I would do the tile for a couple of reasons... 
1- only having 2 walls- Buying a surround would be difficult
2- Small bathroom- By using tiles you can probably use a scheme that will make it seem larger.

If he does not want to carry concrete board or cut it... I would suggest Ditra... Maybe a Tile guy can give suggestions on easy designs


----------



## Doylane (Jan 3, 2011)

Docwhitley said:


> WOW... All of these violations of the MAN CODE!!!! Lets see if we can try to save this guy from the Beating his wife is going to deliver!!! Concrete board is heavy so maybe he is just being overly cautious because he does not want his loving wife to fall through the floor. Not buying it??? maybe he meant carrying it up to the second floor would be to heavy... still not working...
> 
> I would do the tile for a couple of reasons...
> 1- only having 2 walls- Buying a surround would be difficult
> ...


 Thank you for the insite.
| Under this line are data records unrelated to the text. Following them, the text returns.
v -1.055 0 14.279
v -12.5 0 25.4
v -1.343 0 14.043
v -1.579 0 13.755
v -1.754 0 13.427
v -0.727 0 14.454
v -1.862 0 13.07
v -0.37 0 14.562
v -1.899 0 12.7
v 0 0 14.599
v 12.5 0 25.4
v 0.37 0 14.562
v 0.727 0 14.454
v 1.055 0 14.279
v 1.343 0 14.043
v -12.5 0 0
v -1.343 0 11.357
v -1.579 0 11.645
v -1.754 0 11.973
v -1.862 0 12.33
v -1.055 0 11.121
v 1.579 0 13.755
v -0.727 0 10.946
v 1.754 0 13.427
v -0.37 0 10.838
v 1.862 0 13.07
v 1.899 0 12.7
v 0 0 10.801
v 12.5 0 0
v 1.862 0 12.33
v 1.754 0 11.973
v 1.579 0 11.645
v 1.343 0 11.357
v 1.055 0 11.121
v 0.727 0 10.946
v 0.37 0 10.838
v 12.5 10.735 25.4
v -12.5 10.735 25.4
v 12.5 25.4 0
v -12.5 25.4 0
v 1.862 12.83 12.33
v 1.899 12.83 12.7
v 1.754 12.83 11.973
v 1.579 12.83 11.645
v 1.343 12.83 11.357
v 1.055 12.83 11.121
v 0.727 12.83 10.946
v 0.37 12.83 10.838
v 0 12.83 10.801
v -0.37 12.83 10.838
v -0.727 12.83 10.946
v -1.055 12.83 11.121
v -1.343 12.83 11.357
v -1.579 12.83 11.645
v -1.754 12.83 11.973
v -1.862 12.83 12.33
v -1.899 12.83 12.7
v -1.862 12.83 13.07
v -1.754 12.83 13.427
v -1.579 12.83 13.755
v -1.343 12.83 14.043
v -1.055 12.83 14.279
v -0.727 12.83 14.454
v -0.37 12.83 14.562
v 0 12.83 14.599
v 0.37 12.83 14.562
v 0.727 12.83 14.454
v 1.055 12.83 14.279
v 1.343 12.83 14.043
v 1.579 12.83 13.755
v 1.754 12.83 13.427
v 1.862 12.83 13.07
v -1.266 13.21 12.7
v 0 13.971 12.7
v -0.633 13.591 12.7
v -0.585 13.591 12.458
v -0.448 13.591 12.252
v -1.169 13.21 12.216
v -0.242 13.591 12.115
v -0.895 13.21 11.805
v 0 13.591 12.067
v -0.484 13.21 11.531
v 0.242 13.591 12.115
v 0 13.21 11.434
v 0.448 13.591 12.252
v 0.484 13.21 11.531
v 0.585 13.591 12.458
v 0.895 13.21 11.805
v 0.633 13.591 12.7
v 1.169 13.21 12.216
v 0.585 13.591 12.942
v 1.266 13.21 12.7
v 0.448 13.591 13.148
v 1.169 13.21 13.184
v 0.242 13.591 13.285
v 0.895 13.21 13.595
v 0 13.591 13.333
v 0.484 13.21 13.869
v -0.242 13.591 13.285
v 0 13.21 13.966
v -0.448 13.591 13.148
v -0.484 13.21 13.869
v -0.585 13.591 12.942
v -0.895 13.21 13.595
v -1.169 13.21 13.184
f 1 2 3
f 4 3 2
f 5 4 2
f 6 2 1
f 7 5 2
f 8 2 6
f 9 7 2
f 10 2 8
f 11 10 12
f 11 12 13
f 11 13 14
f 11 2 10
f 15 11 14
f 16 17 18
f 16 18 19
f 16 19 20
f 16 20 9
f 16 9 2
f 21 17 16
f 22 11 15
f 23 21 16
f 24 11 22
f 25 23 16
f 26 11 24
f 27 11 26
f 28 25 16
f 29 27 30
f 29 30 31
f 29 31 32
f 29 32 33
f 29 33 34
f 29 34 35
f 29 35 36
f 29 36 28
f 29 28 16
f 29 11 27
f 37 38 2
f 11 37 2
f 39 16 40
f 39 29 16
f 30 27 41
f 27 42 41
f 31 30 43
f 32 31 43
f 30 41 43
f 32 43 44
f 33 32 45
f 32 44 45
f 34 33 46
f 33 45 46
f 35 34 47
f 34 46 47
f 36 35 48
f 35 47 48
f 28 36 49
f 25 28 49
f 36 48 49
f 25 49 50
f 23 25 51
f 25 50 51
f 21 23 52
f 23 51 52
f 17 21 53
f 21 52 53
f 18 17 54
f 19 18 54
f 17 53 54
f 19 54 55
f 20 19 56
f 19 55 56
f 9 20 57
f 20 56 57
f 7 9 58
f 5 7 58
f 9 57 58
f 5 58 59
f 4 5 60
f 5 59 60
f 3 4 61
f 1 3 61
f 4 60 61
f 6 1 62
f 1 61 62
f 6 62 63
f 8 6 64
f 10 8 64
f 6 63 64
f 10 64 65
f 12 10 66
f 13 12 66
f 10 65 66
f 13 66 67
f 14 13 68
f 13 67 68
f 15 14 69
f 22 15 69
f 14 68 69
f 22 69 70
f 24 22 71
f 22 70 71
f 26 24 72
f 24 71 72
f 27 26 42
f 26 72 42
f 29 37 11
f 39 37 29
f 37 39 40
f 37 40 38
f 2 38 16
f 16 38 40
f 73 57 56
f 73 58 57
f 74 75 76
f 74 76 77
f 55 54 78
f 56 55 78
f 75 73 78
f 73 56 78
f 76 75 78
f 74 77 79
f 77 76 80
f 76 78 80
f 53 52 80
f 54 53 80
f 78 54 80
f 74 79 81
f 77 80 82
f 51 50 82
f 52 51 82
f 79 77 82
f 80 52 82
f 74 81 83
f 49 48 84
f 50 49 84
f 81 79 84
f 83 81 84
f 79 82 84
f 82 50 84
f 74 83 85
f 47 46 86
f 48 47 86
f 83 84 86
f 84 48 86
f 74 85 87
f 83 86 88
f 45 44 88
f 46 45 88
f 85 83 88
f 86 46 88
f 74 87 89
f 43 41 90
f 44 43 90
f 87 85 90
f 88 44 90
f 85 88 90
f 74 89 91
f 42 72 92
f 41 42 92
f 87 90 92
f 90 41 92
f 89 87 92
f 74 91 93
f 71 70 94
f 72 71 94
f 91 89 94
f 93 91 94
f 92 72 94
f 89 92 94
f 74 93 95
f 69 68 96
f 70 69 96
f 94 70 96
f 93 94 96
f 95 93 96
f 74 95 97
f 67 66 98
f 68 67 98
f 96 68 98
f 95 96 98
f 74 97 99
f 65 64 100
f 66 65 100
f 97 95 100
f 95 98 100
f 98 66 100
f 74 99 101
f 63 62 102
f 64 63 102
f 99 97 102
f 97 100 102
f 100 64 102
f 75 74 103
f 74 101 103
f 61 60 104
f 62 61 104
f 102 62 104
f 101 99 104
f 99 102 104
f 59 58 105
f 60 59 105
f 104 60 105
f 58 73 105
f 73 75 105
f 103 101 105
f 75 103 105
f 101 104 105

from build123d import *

# Parameters (mm, degrees)
BOSS_EXTRUDE1_DEPTH        = 12.5
F_10_24_TAPPED_HOLE2_D     = 3.7973
F_10_24_TAPPED_HOLE2_DEPTH = 12.83
F_10_24_TAPPED_HOLE2_TIP   = 1.140824014


with BuildPart() as part:
    # Sketch1 → Boss-Extrude1 (new body, symmetric)
    with BuildSketch(Plane(origin=(0, 0, 0), x_dir=(0, 0, -1), z_dir=(1, 0, 0))):
        Polygon((0, 0), (0, 25.4), (-25.4, 10.735303163), (-25.4, 0), align=None)
    extrude(amount=BOSS_EXTRUDE1_DEPTH, both=True)

    # #10-24 Tapped Hole2
    with Locations(Plane(origin=(0, 0, 0), x_dir=(-1, 0, 0), z_dir=(0, -1, 0))):
        with Locations((105.780967711, 37.577069838), (0, -12.7)):
            Hole(F_10_24_TAPPED_HOLE2_D / 2, depth=F_10_24_TAPPED_HOLE2_DEPTH)
            with Locations((0, 0, -(F_10_24_TAPPED_HOLE2_DEPTH + F_10_24_TAPPED_HOLE2_TIP / 2))):  # 118° drill point
                Cone(0, F_10_24_TAPPED_HOLE2_D / 2, F_10_24_TAPPED_HOLE2_TIP, mode=Mode.SUBTRACT)


solid = part.part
After talking to my husband he now says that it wasn't because of the weight of the tile but because we live so close to the railroad track and when the trains go by it shakes the house. We have old plaster walls in most rooms and have cracks in a few of the walls that seem to be getting longer. The few walls we have replaced with drywall don't have any cracks. ANYWAY.. He was afraid that the cememt board would start to crack and would inturn make the tile crack or fall off. After telling him about the advise I received on DIY he seems to think it might work. I will inquire about the Ditra (board?) and see what the tile person recommends. I'm going shopping for tile next weekend. Thanks guys!!!!:thumbsup:


----------



## mrgins (Jan 19, 2009)

Tile or swanstone. Even if you did as Ron said and used 2 pcs of a 3pce surround, the pieces are curved in the corners and it would look odd and cause problems.


----------



## Docwhitley (Jul 19, 2010)

The problem with the plaster near a rail road is that the Plaster relies on the "finger" (plaster squeezed between the wood) to hold it to the wood... When they break ... you get cracks. So as your house vibrates... they break... you get cracks. 

I hope one of the tile guys can recommend what to use... GOOD LUCK!


----------